Liverpool St Tube. Bishopsgate Exit. Top of Escalator
The next in a series of occasional Ward Walks. This is a chance to explore a small area of the historic City of London in detail. The area in question Bishopsgate is split into 2 parts – Within Bishopsgate and Without the gate. This means that the Ward covers two of the most fascinating areas of the City of London – from the Gate to Leadenhall Street, and outside the Gate to the border of Shoreditch. The extramural section was an area of monastic settlements, burial grounds, grand housing, and on the periphery slums. Inside the Gate were prime business locations, important markets and Parish Churches. Along the way we will look at the archaeological discoveries and the historic and literary associations of the area, including local resident William Shakespeare.
Blackfriars to Fleet St. Pub Tour.
Jan 25th 7.15 Blackfriars Tube
We take a slice of London’s history as we explore the banks of the River Fleet. On the East Bank, the Roman Wall and Blackfriars Monastery in the shadow of St Pauls. On the West Bank, Fleet Street and Legal London. To reflect on our discoveries we stop in some of London most historic and beautiful pubs.
Our timespan will stretch from the Romans to the Present day, and we will discover Palaces, Monasteries, Roman Temples, and visit the home of Katherine of Aragon; the Street of Shame, the best modernist building in the City, and Wren’s best Spire. A feast of topography, history, architecture and literature not to mention the best pubs!
Thomas More & Thomas Cromwell’s London – The City of Wolf Hall
14:30 Sat 25th Jan 2020 Liverpool Street Station
The Walk creates a portrait of London in the early 16th Century, with particular emphasis on the life and times of Thomas Cromwell and Thomas More.
More and Cromwell had much in common, despite being on opposite sides of the religious devide, both lawyers, commoners, important figures in the City of London. They both rose to be Lord Chancellor to Henry VIII, and ended their career on the block at Tower Hill.
The walk visits the sites of Thomas More’s birthplace, and the Town houses of More and Cromwell before exploring the Tudor City of London, including the Guildhall and St. Pauls where Martin Luther’s books where burnt.

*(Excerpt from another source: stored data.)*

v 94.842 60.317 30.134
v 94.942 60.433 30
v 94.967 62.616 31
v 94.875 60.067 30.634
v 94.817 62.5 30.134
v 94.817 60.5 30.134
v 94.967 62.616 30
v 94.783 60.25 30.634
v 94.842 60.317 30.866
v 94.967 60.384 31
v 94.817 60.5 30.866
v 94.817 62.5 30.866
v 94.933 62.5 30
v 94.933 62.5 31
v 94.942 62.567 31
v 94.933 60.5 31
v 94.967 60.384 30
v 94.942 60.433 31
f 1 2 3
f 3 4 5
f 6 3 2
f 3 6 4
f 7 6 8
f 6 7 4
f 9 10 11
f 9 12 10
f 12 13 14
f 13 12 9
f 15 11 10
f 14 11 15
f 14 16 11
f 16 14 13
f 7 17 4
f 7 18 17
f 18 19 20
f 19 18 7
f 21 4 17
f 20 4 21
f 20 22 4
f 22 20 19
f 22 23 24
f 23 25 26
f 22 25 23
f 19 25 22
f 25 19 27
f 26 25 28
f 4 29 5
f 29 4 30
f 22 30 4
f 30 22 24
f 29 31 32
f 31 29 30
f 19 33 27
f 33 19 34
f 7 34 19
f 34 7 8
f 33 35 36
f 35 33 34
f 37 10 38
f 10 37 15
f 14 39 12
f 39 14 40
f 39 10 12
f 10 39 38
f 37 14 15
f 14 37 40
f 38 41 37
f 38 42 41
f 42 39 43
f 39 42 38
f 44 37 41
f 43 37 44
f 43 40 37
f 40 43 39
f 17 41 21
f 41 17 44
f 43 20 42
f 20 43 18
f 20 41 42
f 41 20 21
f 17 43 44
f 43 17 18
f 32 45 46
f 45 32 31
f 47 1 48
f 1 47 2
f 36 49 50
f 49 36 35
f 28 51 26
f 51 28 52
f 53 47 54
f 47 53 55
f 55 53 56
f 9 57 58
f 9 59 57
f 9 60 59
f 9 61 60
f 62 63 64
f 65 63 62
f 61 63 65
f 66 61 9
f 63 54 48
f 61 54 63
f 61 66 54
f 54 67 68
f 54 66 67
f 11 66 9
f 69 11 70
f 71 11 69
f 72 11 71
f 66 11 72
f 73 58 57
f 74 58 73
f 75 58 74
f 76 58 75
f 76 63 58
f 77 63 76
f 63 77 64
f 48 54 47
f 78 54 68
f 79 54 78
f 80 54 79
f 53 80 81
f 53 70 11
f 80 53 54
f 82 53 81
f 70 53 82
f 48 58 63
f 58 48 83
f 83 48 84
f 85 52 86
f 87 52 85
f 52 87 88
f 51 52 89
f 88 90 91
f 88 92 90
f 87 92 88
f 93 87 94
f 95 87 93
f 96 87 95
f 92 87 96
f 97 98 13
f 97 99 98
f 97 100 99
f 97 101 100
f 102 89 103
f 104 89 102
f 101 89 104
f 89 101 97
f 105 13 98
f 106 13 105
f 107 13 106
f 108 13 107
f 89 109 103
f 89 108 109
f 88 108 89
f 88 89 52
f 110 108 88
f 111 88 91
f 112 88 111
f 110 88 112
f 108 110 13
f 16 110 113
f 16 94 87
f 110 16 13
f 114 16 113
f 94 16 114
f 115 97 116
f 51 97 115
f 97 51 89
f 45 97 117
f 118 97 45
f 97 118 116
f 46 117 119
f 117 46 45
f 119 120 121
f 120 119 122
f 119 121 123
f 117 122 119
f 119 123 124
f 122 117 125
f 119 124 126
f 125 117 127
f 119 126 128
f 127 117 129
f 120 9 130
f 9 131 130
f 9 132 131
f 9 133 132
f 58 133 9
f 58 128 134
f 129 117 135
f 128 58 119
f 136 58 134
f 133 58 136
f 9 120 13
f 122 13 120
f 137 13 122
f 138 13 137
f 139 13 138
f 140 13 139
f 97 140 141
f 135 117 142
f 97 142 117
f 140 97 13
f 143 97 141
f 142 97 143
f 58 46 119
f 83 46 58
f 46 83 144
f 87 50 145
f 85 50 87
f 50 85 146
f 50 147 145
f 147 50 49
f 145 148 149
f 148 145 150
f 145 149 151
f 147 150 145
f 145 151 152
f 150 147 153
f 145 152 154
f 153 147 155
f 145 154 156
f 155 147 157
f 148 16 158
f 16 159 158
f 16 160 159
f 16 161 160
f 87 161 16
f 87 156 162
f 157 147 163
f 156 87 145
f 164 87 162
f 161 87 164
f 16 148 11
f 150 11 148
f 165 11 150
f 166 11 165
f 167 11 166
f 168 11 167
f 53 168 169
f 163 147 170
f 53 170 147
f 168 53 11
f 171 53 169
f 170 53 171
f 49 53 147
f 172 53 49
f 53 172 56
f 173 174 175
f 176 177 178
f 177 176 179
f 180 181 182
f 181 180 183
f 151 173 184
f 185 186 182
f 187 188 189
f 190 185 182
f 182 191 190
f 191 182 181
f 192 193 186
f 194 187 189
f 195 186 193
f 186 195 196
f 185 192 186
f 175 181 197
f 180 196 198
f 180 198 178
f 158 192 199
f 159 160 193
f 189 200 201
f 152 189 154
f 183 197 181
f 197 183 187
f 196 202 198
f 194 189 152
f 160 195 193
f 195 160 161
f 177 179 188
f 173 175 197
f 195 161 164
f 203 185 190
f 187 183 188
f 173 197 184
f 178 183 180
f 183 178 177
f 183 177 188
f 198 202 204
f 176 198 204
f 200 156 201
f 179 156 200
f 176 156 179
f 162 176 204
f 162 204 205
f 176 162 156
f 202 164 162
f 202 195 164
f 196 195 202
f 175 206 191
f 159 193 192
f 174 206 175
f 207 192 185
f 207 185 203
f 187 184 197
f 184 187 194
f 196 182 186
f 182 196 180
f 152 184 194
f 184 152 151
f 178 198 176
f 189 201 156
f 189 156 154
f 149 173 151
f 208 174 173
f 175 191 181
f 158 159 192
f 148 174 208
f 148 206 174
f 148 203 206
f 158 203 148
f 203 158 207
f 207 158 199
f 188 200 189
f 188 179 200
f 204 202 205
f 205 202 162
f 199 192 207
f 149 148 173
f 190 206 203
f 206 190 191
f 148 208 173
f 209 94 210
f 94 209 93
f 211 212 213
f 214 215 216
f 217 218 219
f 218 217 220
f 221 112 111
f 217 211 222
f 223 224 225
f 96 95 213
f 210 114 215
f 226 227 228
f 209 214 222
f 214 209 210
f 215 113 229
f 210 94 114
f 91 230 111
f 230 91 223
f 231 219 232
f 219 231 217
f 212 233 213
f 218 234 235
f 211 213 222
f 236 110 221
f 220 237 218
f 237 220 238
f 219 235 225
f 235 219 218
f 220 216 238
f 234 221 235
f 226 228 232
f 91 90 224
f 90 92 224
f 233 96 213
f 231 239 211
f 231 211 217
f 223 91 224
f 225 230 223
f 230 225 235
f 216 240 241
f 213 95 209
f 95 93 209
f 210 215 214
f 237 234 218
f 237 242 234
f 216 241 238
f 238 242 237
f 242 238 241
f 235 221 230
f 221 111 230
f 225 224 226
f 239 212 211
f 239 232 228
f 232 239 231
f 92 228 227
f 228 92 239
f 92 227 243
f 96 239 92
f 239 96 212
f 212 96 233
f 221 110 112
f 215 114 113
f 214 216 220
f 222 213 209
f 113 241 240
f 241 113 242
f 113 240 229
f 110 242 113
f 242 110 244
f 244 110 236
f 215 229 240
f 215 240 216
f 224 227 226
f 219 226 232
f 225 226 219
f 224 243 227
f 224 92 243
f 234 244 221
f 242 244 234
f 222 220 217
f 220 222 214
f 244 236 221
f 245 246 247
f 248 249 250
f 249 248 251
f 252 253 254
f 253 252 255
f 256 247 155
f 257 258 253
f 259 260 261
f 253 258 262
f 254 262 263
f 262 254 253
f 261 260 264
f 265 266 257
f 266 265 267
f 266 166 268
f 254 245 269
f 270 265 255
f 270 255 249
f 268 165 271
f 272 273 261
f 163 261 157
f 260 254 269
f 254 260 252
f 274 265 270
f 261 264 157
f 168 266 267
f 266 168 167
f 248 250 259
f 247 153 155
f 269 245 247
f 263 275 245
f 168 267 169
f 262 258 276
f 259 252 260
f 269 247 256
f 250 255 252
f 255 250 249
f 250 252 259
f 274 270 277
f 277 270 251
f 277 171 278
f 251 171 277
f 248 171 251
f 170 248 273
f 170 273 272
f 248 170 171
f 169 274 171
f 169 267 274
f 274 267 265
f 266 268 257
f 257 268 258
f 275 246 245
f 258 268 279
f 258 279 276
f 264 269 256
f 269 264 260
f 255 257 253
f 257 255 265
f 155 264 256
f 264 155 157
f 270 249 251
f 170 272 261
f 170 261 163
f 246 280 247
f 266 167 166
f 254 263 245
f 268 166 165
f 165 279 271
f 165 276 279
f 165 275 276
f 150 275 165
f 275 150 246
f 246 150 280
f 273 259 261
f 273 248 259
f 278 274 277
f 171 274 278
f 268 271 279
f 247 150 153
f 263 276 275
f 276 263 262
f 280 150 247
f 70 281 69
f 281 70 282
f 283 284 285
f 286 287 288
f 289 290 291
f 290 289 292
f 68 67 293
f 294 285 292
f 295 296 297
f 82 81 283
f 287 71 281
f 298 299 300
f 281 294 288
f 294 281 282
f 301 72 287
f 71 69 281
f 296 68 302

We end with an exploration of the Reformation at its London epicentre in Smithfield – site of the stake where Heretics were burnt alive, surrounded by Catholic Monasteries and playing a significant part in the life and downhall of Thomas More.
Shakespeare’s London Locations – The places in the plays
2.30pm 21 Dec 19 Shoreditch High Street Overground Station
Most Shakespeare walks in London are biographical, this one is different. It is about the places in his plays. Exploring the places, the plays and the people the walk will hope to bring Shakespeare’s London to life amd give some insight to Shakespeare. And OK, there will be, perchance, something about his life in London, but we hope to keep this as one of those walks ‘which does what is says on the tin’. i.e. keeps focussed on the ‘places in the plays’. Sadly, in the 2 hours we have we won’t be able to get to Verona, or Venice but we might be able to shed some light on those locations by exploring their London equivalents.